--- ACTIVITY ---
Return exactly those lines of the material below that fall between the line holding "e4 v5 v4 LINE" and the line holding "e19 v16 v18 LINE", inclusive.

--- DATASET CONTENT ---
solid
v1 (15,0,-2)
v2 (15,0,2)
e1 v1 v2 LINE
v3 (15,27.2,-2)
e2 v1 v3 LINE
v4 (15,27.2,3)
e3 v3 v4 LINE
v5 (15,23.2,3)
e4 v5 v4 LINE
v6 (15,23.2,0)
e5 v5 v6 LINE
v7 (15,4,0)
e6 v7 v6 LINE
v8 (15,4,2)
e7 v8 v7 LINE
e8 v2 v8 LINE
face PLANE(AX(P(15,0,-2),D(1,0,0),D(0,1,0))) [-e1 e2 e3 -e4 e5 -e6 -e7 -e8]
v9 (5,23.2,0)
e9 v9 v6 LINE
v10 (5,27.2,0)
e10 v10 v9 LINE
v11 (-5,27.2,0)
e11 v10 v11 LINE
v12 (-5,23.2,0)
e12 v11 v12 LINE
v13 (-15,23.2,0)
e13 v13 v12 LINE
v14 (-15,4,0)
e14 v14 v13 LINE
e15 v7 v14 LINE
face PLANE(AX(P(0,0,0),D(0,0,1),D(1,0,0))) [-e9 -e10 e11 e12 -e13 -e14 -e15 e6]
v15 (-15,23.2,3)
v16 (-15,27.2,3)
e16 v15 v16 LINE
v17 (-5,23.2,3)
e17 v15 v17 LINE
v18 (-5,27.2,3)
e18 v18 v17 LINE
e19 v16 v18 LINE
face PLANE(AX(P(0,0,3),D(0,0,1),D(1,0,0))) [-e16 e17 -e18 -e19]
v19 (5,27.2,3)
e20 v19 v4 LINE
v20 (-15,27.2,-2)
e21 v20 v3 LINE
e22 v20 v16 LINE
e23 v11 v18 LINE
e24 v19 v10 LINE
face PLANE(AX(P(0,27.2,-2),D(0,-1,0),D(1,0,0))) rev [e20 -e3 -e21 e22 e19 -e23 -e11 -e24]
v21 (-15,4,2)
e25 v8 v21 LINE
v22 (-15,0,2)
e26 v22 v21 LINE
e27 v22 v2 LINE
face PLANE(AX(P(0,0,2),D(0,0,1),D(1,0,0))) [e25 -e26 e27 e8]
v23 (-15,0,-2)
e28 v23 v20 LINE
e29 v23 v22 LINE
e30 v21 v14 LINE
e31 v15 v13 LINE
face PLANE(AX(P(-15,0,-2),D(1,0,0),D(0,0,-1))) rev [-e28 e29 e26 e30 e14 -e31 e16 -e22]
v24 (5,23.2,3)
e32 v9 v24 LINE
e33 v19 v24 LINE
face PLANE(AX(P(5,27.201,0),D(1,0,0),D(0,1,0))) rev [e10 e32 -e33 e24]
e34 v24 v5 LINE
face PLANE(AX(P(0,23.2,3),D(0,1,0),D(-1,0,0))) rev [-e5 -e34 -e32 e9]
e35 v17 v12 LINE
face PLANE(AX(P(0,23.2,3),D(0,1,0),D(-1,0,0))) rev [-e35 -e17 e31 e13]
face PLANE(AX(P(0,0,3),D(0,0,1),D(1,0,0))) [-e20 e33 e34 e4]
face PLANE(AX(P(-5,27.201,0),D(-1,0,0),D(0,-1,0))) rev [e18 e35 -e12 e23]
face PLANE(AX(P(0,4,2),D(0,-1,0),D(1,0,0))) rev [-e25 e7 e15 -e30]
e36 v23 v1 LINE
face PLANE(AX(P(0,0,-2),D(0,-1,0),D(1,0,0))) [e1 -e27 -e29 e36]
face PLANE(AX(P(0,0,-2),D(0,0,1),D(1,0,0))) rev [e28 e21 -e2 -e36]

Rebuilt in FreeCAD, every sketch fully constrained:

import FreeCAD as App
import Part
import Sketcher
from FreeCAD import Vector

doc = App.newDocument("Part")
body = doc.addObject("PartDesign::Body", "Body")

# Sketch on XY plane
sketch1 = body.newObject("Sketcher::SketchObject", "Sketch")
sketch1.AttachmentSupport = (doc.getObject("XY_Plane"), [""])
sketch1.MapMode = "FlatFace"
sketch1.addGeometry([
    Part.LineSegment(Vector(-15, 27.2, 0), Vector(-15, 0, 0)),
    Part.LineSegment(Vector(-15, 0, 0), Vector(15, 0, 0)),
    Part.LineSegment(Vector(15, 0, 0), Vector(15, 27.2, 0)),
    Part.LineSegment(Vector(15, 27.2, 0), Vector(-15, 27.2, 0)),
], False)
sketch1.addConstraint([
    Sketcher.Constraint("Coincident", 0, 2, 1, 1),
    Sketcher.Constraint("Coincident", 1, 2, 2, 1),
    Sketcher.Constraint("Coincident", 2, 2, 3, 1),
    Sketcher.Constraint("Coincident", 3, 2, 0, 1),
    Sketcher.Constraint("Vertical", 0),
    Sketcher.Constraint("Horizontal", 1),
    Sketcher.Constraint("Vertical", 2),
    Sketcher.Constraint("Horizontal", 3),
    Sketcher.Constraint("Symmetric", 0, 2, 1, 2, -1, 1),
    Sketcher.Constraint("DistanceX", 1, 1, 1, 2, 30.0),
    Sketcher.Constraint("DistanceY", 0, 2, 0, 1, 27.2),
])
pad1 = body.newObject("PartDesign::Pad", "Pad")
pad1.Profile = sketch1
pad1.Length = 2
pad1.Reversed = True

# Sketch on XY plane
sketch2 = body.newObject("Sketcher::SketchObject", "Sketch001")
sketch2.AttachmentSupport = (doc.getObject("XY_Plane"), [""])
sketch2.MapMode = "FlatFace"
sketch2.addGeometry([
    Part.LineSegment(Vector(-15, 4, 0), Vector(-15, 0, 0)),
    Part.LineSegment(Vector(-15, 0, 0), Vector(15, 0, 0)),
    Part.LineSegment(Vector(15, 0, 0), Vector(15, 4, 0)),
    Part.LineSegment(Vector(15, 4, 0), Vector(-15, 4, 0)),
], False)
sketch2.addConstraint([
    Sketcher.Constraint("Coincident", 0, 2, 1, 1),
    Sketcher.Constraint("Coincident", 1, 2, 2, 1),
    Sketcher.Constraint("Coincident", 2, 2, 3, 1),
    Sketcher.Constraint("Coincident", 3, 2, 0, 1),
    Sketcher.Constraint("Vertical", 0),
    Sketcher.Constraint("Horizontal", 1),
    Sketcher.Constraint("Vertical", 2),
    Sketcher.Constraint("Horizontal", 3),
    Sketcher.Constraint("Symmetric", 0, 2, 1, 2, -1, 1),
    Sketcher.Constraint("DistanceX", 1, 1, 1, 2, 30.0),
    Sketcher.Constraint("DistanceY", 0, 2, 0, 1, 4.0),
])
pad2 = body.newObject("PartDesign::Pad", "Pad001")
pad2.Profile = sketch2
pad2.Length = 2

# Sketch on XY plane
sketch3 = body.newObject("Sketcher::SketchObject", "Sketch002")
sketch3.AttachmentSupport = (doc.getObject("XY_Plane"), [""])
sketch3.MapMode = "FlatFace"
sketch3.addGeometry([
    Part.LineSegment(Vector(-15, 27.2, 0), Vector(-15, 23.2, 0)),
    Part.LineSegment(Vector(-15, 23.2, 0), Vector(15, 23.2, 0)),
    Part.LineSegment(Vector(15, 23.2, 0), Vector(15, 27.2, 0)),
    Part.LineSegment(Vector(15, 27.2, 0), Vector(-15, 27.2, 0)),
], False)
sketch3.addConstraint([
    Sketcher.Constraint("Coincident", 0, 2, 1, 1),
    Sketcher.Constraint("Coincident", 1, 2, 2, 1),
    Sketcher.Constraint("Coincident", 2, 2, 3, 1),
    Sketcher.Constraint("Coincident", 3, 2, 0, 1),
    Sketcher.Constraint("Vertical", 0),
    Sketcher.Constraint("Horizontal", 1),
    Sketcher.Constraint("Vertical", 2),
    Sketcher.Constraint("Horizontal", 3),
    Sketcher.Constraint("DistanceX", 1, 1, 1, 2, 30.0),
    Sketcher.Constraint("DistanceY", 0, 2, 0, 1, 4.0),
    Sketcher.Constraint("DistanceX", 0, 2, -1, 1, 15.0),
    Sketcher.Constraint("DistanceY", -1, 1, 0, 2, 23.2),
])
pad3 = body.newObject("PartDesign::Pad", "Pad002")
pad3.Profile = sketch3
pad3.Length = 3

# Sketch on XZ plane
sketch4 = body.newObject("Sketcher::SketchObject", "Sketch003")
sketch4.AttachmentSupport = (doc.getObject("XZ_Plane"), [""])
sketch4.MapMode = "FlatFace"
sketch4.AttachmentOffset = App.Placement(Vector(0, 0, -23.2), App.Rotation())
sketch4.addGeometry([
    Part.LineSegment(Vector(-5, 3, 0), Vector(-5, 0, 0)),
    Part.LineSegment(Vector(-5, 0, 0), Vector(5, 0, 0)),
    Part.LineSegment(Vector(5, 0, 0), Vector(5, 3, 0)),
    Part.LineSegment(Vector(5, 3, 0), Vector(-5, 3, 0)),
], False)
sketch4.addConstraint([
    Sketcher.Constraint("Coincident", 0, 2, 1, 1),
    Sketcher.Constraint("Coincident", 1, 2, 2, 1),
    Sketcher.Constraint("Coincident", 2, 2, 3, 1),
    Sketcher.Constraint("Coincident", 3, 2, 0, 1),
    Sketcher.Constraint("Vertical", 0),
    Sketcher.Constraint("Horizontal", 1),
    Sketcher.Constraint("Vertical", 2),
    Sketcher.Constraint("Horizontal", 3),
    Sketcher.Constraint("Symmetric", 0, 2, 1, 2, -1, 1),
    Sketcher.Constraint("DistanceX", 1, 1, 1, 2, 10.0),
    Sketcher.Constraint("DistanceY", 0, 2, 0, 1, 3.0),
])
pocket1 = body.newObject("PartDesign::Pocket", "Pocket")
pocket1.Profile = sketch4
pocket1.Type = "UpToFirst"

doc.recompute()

--- RESPONSE AREA ---
e4 v5 v4 LINE
v6 (15,23.2,0)
e5 v5 v6 LINE
v7 (15,4,0)
e6 v7 v6 LINE
v8 (15,4,2)
e7 v8 v7 LINE
e8 v2 v8 LINE
face PLANE(AX(P(15,0,-2),D(1,0,0),D(0,1,0))) [-e1 e2 e3 -e4 e5 -e6 -e7 -e8]
v9 (5,23.2,0)
e9 v9 v6 LINE
v10 (5,27.2,0)
e10 v10 v9 LINE
v11 (-5,27.2,0)
e11 v10 v11 LINE
v12 (-5,23.2,0)
e12 v11 v12 LINE
v13 (-15,23.2,0)
e13 v13 v12 LINE
v14 (-15,4,0)
e14 v14 v13 LINE
e15 v7 v14 LINE
face PLANE(AX(P(0,0,0),D(0,0,1),D(1,0,0))) [-e9 -e10 e11 e12 -e13 -e14 -e15 e6]
v15 (-15,23.2,3)
v16 (-15,27.2,3)
e16 v15 v16 LINE
v17 (-5,23.2,3)
e17 v15 v17 LINE
v18 (-5,27.2,3)
e18 v18 v17 LINE
e19 v16 v18 LINE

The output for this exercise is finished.